Annual literary convention in India

Nikhil Bharat Banga Sahitya Sammelan (in Bangla: নিখিল ভারত বঙ্গ সাহিত্য সম্মেলন; All India Bengali Literary Conference) is an annual convention of Bengali literary personages of India, held annually. The first annual conference (then, Prabasi Banga-Sahitya Sammelan)(প্রবাসী বঙ্গ-সাহিত্য সম্মেলন) was held in Banaras at Central Hindu Boys School in 1923 and was presided over by Rabindranath Tagore. People interested in knowing about the details of it conference can get the details from a widely acclaimed book named,'সভাপতির অভিভাষণ: প্রবাসী বঙ্গ সাহিত‍্য সম্মেলন'written by Dr Amarnath Karan(lalmati Prakasani).

The first sponsors were distinguished 'Bengalis living outside Bengal' (Prabasis) like Atul Prasad Sen, Radhakamal Mukherjee, Kedar Nath Bandyopadhyay, Mahendra Chandra Roy et al.

Since 1922 till 1980 the conference has travelled far and wide within India, from major cities like Delhi, Calcutta, Bombay, Madras, Lucknow, Hyderabad to far flung Srinagar and Guwahati.

The 12th convention was held at Kolkata in Dec 1934. Post Independence, in 1953 the coinage 'Prabasi' was dropped and 'Nikhil Bharat' (All India) was adopted in the context of the free nation.

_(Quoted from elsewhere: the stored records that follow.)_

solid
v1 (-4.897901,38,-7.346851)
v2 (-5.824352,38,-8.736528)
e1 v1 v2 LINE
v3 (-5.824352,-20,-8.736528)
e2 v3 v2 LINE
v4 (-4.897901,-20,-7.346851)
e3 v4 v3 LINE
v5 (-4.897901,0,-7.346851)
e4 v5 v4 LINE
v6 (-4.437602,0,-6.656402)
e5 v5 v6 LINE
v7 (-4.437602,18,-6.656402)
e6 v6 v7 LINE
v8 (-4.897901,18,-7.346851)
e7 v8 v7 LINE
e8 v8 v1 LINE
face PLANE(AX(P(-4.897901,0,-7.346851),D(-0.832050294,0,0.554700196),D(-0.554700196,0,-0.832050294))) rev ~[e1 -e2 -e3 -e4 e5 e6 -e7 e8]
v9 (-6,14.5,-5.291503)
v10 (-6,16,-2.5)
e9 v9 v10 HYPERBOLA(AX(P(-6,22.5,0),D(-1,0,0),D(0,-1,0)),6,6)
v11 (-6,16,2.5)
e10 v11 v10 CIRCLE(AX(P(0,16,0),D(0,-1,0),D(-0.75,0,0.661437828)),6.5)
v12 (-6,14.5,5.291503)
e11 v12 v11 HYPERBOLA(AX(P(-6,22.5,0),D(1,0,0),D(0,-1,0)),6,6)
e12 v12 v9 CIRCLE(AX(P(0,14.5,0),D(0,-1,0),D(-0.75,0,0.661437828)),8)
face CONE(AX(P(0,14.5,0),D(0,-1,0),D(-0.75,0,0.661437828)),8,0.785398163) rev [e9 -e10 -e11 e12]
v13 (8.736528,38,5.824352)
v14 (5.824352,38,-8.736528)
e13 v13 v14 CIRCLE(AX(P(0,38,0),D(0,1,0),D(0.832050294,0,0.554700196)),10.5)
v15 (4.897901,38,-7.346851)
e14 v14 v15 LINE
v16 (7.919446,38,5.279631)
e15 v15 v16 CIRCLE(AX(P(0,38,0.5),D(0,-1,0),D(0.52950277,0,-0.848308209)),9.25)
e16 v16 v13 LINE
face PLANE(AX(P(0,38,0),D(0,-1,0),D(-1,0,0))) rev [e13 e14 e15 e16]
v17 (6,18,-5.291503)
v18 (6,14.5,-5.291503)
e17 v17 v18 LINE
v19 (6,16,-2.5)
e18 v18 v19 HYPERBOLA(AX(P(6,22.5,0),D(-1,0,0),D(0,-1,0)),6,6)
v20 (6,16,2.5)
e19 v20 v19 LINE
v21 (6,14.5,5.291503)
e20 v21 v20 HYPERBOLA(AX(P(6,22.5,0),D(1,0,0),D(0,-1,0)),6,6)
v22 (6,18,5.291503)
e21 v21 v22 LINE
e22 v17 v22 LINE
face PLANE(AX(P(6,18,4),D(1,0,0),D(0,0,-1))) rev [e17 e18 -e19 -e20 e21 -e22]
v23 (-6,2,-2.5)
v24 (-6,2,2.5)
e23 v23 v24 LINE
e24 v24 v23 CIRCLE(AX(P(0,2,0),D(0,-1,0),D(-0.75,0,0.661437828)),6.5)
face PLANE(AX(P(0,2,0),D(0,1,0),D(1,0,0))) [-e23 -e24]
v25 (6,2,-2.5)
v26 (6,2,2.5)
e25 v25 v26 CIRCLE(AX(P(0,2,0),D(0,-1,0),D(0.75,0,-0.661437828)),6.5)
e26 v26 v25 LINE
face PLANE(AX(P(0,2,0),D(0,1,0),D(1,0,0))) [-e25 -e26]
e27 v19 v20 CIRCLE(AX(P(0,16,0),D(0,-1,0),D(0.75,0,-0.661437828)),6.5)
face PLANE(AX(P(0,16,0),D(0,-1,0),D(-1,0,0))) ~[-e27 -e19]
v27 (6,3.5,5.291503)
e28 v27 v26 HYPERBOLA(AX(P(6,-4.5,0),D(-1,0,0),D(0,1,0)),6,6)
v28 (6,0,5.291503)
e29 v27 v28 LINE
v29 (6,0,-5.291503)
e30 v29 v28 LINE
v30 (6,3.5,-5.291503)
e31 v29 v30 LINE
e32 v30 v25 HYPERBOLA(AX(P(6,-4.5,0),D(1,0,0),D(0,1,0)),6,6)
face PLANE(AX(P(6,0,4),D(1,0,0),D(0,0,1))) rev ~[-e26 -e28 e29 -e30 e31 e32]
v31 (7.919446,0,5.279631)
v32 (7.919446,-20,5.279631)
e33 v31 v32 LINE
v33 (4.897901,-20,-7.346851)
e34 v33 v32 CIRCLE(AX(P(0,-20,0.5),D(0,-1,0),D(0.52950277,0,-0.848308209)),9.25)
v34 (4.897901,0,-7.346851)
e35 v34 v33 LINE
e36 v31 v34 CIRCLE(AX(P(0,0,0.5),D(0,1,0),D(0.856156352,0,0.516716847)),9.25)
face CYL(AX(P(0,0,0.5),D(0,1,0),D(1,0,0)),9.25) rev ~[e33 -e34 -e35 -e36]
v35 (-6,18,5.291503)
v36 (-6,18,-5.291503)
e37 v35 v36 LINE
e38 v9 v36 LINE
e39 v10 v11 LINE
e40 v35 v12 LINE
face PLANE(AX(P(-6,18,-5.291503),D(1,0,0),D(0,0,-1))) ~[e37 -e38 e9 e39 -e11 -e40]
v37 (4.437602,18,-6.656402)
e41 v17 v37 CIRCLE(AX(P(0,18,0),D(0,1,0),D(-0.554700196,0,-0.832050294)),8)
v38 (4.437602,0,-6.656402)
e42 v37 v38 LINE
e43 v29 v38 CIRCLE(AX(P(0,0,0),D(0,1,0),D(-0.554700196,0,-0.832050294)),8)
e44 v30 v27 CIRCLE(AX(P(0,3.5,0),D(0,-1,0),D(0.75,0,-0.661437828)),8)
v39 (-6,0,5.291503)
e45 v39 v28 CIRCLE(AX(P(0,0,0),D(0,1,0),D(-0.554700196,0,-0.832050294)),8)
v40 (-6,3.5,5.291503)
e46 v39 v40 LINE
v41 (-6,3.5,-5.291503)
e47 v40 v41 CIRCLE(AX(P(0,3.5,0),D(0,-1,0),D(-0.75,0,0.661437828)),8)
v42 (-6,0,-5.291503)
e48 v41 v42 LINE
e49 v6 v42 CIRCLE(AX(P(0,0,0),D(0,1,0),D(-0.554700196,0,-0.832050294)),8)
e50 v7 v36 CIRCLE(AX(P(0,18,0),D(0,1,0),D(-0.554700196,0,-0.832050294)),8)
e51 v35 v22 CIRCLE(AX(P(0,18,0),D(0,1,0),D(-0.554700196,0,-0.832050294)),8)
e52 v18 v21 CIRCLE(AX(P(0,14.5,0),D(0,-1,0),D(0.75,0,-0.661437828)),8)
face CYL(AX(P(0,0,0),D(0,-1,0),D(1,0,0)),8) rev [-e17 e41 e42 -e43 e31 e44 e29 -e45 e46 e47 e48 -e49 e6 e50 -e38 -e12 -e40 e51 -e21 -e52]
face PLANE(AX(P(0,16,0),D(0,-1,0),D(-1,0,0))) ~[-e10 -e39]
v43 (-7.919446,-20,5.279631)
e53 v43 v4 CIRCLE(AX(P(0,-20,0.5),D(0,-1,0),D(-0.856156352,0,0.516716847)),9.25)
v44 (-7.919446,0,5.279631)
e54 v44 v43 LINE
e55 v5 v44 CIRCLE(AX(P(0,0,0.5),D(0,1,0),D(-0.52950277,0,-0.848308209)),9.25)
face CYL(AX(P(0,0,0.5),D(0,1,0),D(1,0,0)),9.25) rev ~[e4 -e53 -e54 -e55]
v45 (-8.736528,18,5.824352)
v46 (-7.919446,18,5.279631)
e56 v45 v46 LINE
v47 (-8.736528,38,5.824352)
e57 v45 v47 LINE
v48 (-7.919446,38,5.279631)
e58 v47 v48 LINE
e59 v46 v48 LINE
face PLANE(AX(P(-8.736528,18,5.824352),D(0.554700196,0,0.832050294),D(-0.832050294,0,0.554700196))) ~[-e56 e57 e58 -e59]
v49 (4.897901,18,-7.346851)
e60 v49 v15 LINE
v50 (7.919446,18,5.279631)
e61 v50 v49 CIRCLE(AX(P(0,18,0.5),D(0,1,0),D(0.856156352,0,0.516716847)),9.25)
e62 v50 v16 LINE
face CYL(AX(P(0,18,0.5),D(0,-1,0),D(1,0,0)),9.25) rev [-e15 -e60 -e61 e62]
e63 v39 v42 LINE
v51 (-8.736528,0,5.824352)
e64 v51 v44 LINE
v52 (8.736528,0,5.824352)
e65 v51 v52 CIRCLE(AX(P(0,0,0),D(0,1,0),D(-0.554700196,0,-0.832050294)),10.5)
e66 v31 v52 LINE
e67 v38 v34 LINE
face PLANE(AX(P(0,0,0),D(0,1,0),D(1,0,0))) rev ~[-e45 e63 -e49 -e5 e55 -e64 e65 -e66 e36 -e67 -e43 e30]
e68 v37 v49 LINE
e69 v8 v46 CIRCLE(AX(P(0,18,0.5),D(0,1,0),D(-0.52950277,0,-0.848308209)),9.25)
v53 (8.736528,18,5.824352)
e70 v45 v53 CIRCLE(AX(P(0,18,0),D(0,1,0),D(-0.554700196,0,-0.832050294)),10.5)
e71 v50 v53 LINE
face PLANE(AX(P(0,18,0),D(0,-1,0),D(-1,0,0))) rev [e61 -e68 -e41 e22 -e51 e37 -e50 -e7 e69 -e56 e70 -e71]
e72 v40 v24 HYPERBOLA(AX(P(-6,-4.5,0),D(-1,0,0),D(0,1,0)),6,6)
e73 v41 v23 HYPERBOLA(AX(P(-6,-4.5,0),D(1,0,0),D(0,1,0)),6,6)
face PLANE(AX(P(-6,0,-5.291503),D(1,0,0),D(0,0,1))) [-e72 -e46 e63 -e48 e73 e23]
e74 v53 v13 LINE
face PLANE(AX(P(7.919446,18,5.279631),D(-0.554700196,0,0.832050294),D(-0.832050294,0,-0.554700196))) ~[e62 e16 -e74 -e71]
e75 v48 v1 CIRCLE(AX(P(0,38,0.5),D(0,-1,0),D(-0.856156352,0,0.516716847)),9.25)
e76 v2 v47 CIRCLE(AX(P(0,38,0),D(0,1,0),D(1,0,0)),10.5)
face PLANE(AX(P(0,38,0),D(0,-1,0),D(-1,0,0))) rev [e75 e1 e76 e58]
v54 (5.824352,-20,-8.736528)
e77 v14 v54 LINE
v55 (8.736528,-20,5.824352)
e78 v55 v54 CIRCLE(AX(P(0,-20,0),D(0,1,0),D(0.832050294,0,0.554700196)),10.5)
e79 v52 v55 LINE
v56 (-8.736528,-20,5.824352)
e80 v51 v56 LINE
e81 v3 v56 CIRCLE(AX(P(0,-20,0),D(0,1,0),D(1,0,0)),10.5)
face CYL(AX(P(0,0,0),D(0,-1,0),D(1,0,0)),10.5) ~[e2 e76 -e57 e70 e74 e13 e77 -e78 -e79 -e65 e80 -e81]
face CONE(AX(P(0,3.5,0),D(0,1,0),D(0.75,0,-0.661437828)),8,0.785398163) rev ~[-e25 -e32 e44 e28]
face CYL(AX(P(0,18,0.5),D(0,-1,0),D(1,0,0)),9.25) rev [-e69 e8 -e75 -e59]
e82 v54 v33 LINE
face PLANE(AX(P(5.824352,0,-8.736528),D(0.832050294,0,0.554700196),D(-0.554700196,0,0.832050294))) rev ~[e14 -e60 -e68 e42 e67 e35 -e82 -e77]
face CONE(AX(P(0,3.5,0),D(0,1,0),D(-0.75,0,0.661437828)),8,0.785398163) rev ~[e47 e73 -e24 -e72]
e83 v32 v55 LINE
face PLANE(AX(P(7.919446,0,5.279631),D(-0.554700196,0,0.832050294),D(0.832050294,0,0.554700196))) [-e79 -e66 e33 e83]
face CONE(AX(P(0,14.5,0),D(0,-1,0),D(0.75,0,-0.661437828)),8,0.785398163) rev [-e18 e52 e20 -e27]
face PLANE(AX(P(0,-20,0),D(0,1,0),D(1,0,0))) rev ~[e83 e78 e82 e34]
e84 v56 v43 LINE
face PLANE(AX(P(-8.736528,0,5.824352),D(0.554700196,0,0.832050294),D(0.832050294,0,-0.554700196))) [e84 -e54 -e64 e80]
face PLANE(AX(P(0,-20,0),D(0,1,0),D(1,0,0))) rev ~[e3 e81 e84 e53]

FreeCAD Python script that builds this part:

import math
import FreeCAD as App
import Part
import Sketcher
from FreeCAD import Vector
Q = App.Units.Quantity


def edges_at(feature, points):
    """Names of the edges that pass closest to the given points."""
    edges = feature.Shape.Edges
    near = lambda p: min(range(len(edges)), key=lambda i: edges[i].distToShape(Part.Vertex(*p))[0])
    return sorted({f"Edge{near(p) + 1}" for p in points})

doc = App.newDocument("Part")
body = doc.addObject("PartDesign::Body", "Body")

sketch1 = body.newObject("Sketcher::SketchObject", "Sketch")
sketch1.AttachmentSupport = (doc.getObject("XZ_Plane"), [""])
sketch1.MapMode = "FlatFace"
sketch1.addGeometry([
    Part.LineSegment(Vector(5.824352, -8.736528, 0), Vector(4.437602, -6.656402, 0)),
    Part.ArcOfCircle(Part.Circle(Vector(0, 0, 0), Vector(0, 0, 1), 8), math.radians(-56.309932), math.radians(236.309932)),
    Part.LineSegment(Vector(-4.437602, -6.656402, 0), Vector(-5.824352, -8.736528, 0)),
    Part.ArcOfCircle(Part.Circle(Vector(0, 0, 0), Vector(0, 0, 1), 10.5), math.radians(-56.309932), math.radians(236.309932)),
], False)
sketch1.addConstraint([
    Sketcher.Constraint("Coincident", 0, 2, 1, 1),
    Sketcher.Constraint("Coincident", 1, 2, 2, 1),
    Sketcher.Constraint("Coincident", 2, 2, 3, 2),
    Sketcher.Constraint("Coincident", 3, 1, 0, 1),
    Sketcher.Constraint("Coincident", 1, 3, -1, 1),
    Sketcher.Constraint("Coincident", 3, 3, -1, 1),
    Sketcher.Constraint("Horizontal", 0, 2, 1, 2),
    Sketcher.Constraint("Horizontal", 2, 2, 3, 1),
    Sketcher.Constraint("Radius", 1, 8.0),
    Sketcher.Constraint("Radius", 3, 10.5),
    Sketcher.Constraint("Angle", 0, Q("123.69 deg")),
    Sketcher.Constraint("DistanceX", 2, 2, 0, 2, 10.262),
])
pad1 = body.newObject("PartDesign::Pad", "Pad")
pad1.Profile = sketch1
pad1.Length = 9
pad1.Reversed = True

sketch2 = body.newObject("Sketcher::SketchObject", "Sketch001")
sketch2.AttachmentSupport = (doc.getObject("XZ_Plane"), [""])
sketch2.MapMode = "FlatFace"
sketch2.addGeometry([
    Part.ArcOfCircle(Part.Circle(Vector(0, 0, 0), Vector(0, 0, 1), 10.5), math.radians(-56.309932), math.radians(33.690068)),
    Part.LineSegment(Vector(5.824352, -8.736528, 0), Vector(4.897901, -7.346851, 0)),
    Part.ArcOfCircle(Part.Circle(Vector(0, 0.5, 0), Vector(0, 0, 1), 9.25), math.radians(-58.028135), math.radians(31.112281)),
    Part.LineSegment(Vector(7.919446, 5.279631, 0), Vector(8.736528, 5.824352, 0)),
    Part.LineSegment(Vector(-4.897901, -7.346851, 0), Vector(-5.824352, -8.736528, 0)),
    Part.ArcOfCircle(Part.Circle(Vector(0, 0, 0), Vector(0, 0, 1), 10.5), math.radians(146.309932), math.radians(236.309932)),
    Part.LineSegment(Vector(-8.736528, 5.824352, 0), Vector(-7.919446, 5.279631, 0)),
    Part.ArcOfCircle(Part.Circle(Vector(0, 0.5, 0), Vector(0, 0, 1), 9.25), math.radians(148.887719), math.radians(238.028135)),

==Objectives of the conference==
Delegates from all over the country meet to hold thematic discussions, meet Bengali authors, novelists, and poets, attend literary sessions, exchange thoughts with people of other languages, and enjoy cultural evenings.

==Current scope==
Under the patronization of great Bengali literary personalities like Atul Prasad Sen, Kazi Nazrul Islam and others, the Sammelan has reached maturity, having branches every major city and town of India. Its activity of serving Bengali literature and Bengali culture outside Bengal has spread over almost all the states of India. The central office of the organization is located at Kali Bari, Mandir Marg, New Delhi-110001.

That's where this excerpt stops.